#### GIVEN ENTRIES ####

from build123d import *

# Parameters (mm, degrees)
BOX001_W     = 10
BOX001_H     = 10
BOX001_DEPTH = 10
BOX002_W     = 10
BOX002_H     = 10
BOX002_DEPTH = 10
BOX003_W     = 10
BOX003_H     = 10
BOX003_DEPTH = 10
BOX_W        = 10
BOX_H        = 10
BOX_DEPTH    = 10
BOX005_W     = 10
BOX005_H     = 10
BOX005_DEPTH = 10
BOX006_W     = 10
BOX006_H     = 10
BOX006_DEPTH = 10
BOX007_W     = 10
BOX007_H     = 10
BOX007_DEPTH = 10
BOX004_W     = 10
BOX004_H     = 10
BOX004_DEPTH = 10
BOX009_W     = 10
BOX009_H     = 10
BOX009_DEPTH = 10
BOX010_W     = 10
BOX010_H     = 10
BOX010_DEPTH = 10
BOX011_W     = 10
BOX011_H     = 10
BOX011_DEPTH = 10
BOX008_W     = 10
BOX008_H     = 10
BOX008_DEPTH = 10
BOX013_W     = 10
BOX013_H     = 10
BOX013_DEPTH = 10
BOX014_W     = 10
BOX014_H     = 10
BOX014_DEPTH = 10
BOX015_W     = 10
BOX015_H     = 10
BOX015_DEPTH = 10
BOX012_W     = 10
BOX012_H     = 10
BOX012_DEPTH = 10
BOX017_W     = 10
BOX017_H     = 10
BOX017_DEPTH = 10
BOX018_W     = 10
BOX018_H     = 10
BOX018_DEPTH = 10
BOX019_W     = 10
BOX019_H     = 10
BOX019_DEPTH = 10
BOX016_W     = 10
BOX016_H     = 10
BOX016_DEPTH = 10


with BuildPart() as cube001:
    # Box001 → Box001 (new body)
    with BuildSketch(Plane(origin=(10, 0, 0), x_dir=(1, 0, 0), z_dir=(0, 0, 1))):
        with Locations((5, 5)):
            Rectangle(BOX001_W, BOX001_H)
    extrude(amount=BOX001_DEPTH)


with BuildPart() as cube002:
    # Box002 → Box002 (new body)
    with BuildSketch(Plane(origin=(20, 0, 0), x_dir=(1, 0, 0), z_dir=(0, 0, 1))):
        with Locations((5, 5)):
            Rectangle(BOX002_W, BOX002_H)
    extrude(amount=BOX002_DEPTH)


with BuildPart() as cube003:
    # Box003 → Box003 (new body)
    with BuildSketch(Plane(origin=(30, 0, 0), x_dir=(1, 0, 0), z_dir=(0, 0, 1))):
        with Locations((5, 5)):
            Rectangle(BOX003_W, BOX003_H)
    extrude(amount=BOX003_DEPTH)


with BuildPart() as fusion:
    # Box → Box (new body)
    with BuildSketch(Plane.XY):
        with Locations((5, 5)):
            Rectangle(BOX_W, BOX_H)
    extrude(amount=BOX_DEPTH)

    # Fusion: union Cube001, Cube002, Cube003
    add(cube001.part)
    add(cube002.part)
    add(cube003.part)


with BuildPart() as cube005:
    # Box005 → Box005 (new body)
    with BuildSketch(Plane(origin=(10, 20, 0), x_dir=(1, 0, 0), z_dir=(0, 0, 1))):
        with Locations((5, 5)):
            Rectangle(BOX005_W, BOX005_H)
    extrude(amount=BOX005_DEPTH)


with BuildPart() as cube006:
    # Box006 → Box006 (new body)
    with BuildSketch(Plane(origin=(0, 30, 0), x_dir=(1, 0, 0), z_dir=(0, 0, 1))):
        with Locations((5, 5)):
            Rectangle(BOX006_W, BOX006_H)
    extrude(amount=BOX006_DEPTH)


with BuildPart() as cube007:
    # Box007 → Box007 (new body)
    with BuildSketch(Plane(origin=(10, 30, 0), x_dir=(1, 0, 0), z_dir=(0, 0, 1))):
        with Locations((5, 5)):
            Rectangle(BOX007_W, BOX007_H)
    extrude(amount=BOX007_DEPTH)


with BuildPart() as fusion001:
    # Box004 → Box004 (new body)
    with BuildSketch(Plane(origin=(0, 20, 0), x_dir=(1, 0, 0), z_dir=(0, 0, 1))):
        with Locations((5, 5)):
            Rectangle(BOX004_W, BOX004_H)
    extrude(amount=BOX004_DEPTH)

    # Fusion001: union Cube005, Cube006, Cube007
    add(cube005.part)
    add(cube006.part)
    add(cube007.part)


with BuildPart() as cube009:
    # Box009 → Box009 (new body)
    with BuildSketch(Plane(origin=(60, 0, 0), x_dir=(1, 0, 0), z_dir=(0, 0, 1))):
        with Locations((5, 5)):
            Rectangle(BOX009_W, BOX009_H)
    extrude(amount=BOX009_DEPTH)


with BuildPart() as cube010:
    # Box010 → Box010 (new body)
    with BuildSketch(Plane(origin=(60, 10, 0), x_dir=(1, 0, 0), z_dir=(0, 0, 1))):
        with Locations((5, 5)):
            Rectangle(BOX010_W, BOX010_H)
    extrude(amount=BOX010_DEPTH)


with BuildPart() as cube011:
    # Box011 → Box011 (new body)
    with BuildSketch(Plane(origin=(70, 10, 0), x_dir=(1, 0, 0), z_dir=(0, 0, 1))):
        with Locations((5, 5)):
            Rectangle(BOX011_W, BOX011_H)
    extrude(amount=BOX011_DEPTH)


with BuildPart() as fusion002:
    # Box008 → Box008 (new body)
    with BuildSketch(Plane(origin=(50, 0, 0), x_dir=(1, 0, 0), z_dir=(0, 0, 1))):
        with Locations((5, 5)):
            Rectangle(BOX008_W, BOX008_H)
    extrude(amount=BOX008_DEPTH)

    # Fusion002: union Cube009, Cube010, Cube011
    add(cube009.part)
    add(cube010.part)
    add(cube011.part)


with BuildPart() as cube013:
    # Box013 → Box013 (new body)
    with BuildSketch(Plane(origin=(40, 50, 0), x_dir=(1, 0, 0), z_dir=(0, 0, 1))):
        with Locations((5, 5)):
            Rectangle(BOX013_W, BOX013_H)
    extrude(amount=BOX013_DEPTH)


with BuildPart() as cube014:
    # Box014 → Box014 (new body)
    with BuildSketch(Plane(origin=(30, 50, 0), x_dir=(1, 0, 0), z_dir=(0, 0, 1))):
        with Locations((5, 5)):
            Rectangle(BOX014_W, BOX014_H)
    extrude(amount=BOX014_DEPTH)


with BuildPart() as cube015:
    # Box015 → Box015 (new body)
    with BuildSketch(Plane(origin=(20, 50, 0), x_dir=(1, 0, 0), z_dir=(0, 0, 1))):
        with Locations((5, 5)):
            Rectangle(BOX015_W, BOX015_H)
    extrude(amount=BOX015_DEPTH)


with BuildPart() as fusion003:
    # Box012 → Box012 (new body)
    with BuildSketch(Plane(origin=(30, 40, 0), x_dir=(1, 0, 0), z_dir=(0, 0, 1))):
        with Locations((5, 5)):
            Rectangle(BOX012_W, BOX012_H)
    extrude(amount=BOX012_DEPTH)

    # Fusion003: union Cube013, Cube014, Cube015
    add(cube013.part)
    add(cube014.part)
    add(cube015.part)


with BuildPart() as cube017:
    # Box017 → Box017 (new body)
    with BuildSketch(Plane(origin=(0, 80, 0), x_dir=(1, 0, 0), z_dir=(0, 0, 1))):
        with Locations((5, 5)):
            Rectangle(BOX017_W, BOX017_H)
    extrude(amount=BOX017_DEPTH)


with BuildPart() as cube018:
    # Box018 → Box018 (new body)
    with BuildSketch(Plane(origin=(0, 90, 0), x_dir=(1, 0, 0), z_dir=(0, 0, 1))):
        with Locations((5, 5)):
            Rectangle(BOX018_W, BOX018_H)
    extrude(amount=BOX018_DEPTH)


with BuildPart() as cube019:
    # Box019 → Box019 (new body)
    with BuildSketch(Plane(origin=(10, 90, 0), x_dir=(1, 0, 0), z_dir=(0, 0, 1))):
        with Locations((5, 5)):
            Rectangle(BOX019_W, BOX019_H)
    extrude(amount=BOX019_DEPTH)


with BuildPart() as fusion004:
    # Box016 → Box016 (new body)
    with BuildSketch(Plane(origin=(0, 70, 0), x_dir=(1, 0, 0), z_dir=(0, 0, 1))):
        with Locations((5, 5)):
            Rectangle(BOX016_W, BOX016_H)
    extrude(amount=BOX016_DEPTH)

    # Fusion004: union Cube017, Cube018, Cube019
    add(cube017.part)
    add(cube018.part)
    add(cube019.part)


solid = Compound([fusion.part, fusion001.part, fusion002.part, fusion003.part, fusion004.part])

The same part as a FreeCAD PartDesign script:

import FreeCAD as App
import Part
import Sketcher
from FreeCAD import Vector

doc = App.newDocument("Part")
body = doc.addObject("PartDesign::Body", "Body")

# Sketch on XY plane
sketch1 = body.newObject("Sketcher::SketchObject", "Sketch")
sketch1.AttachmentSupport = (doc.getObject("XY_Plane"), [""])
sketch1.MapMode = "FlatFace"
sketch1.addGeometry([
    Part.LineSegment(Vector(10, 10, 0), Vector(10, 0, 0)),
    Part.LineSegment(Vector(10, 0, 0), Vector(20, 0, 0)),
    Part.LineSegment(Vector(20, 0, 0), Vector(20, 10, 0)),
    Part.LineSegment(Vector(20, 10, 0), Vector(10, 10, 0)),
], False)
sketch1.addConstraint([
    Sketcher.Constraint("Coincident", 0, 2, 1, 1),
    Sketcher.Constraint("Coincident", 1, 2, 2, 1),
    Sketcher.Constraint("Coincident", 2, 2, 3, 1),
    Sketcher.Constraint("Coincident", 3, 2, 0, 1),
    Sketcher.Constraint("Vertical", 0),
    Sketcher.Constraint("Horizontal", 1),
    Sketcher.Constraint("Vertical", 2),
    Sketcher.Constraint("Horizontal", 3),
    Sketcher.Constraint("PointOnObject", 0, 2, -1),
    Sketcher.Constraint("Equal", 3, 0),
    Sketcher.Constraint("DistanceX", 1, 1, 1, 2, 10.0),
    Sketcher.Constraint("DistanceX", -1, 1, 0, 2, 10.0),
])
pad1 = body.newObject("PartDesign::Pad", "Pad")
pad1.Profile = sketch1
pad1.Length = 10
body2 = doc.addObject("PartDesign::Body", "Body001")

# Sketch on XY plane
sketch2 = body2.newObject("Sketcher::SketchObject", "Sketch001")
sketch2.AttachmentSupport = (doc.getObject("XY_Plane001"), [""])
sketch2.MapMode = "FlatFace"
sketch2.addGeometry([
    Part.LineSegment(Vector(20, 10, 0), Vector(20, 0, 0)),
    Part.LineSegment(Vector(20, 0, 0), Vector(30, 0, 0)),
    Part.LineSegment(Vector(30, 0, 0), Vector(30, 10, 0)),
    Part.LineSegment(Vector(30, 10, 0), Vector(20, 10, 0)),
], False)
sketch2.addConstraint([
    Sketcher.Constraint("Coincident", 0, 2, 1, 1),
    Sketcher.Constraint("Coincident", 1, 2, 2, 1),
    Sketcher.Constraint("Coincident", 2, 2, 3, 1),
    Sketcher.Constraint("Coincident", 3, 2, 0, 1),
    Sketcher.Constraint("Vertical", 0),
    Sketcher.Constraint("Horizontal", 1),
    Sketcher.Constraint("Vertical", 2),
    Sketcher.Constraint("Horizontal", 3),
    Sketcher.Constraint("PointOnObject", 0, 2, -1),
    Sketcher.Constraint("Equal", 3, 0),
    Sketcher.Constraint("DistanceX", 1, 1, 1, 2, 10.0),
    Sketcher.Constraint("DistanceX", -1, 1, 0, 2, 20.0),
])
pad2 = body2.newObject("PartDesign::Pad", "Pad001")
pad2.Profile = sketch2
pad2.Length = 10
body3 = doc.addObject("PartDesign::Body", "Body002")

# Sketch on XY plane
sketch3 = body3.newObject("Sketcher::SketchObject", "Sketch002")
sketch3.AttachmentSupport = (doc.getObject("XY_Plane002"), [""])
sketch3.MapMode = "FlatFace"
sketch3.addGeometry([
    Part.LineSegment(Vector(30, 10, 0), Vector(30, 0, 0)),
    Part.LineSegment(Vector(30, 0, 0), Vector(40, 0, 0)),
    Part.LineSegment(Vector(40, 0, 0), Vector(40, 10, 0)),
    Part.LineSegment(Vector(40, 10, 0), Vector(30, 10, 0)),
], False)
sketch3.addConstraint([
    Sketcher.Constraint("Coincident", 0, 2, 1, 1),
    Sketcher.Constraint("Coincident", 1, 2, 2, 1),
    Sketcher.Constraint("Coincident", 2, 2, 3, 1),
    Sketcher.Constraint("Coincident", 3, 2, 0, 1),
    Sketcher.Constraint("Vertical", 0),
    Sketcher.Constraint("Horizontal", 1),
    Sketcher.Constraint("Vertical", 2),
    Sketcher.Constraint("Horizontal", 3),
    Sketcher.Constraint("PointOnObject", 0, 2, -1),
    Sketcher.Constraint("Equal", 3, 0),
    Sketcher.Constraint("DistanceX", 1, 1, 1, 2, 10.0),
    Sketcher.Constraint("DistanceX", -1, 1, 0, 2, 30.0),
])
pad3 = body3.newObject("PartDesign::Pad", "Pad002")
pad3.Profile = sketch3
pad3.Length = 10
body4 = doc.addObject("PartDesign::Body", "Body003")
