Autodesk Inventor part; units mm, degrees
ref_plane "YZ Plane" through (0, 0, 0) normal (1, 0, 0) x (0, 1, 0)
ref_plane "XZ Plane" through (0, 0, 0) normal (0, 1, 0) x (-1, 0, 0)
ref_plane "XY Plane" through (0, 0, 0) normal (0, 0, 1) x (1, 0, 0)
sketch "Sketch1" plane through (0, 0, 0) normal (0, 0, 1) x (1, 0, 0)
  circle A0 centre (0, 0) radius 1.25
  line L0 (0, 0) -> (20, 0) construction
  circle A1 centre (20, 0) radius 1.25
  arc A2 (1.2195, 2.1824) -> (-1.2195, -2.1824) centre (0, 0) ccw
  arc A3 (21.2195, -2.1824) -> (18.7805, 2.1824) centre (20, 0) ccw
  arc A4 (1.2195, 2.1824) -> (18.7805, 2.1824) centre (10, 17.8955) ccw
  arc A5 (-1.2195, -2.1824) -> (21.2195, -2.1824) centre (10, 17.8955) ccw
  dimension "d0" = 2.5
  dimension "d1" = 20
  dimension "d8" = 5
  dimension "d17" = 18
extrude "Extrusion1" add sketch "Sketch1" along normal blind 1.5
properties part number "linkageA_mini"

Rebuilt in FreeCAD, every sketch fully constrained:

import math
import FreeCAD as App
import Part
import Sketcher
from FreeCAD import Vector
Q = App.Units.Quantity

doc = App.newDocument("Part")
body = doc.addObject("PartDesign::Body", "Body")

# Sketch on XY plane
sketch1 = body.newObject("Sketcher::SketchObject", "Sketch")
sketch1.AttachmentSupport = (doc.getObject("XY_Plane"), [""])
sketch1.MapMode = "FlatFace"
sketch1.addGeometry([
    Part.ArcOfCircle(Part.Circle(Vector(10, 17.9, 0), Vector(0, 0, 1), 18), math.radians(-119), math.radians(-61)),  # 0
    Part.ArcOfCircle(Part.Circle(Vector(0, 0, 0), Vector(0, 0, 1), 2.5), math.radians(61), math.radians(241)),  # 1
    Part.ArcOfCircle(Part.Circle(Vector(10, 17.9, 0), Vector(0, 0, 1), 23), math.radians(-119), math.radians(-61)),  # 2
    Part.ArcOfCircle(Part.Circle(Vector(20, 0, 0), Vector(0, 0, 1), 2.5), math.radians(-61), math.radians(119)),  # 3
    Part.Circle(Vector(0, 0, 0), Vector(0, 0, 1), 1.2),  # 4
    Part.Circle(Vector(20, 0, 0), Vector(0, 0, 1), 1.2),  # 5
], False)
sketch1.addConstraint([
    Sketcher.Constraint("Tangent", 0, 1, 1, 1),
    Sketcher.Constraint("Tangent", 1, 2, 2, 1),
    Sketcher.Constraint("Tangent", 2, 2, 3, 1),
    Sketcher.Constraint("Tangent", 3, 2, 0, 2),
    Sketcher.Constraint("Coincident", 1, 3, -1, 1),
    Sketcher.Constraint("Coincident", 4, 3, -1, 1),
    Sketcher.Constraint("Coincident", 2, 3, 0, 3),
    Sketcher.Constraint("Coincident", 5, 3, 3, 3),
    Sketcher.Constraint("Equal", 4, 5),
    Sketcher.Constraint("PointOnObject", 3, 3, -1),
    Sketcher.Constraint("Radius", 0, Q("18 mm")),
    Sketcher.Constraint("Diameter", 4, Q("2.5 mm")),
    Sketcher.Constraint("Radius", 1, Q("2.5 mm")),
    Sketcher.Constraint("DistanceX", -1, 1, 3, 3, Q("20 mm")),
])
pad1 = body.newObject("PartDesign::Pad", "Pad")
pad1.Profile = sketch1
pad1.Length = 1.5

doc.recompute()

####

WORK TO COMPLETE:
Reproduce every line in the data that has the word "centre" in it.

EXERCISE OUTPUT:
  circle A0 centre (0, 0) radius 1.25
  circle A1 centre (20, 0) radius 1.25
  arc A2 (1.2195, 2.1824) -> (-1.2195, -2.1824) centre (0, 0) ccw
  arc A3 (21.2195, -2.1824) -> (18.7805, 2.1824) centre (20, 0) ccw
  arc A4 (1.2195, 2.1824) -> (18.7805, 2.1824) centre (10, 17.8955) ccw
  arc A5 (-1.2195, -2.1824) -> (21.2195, -2.1824) centre (10, 17.8955) ccw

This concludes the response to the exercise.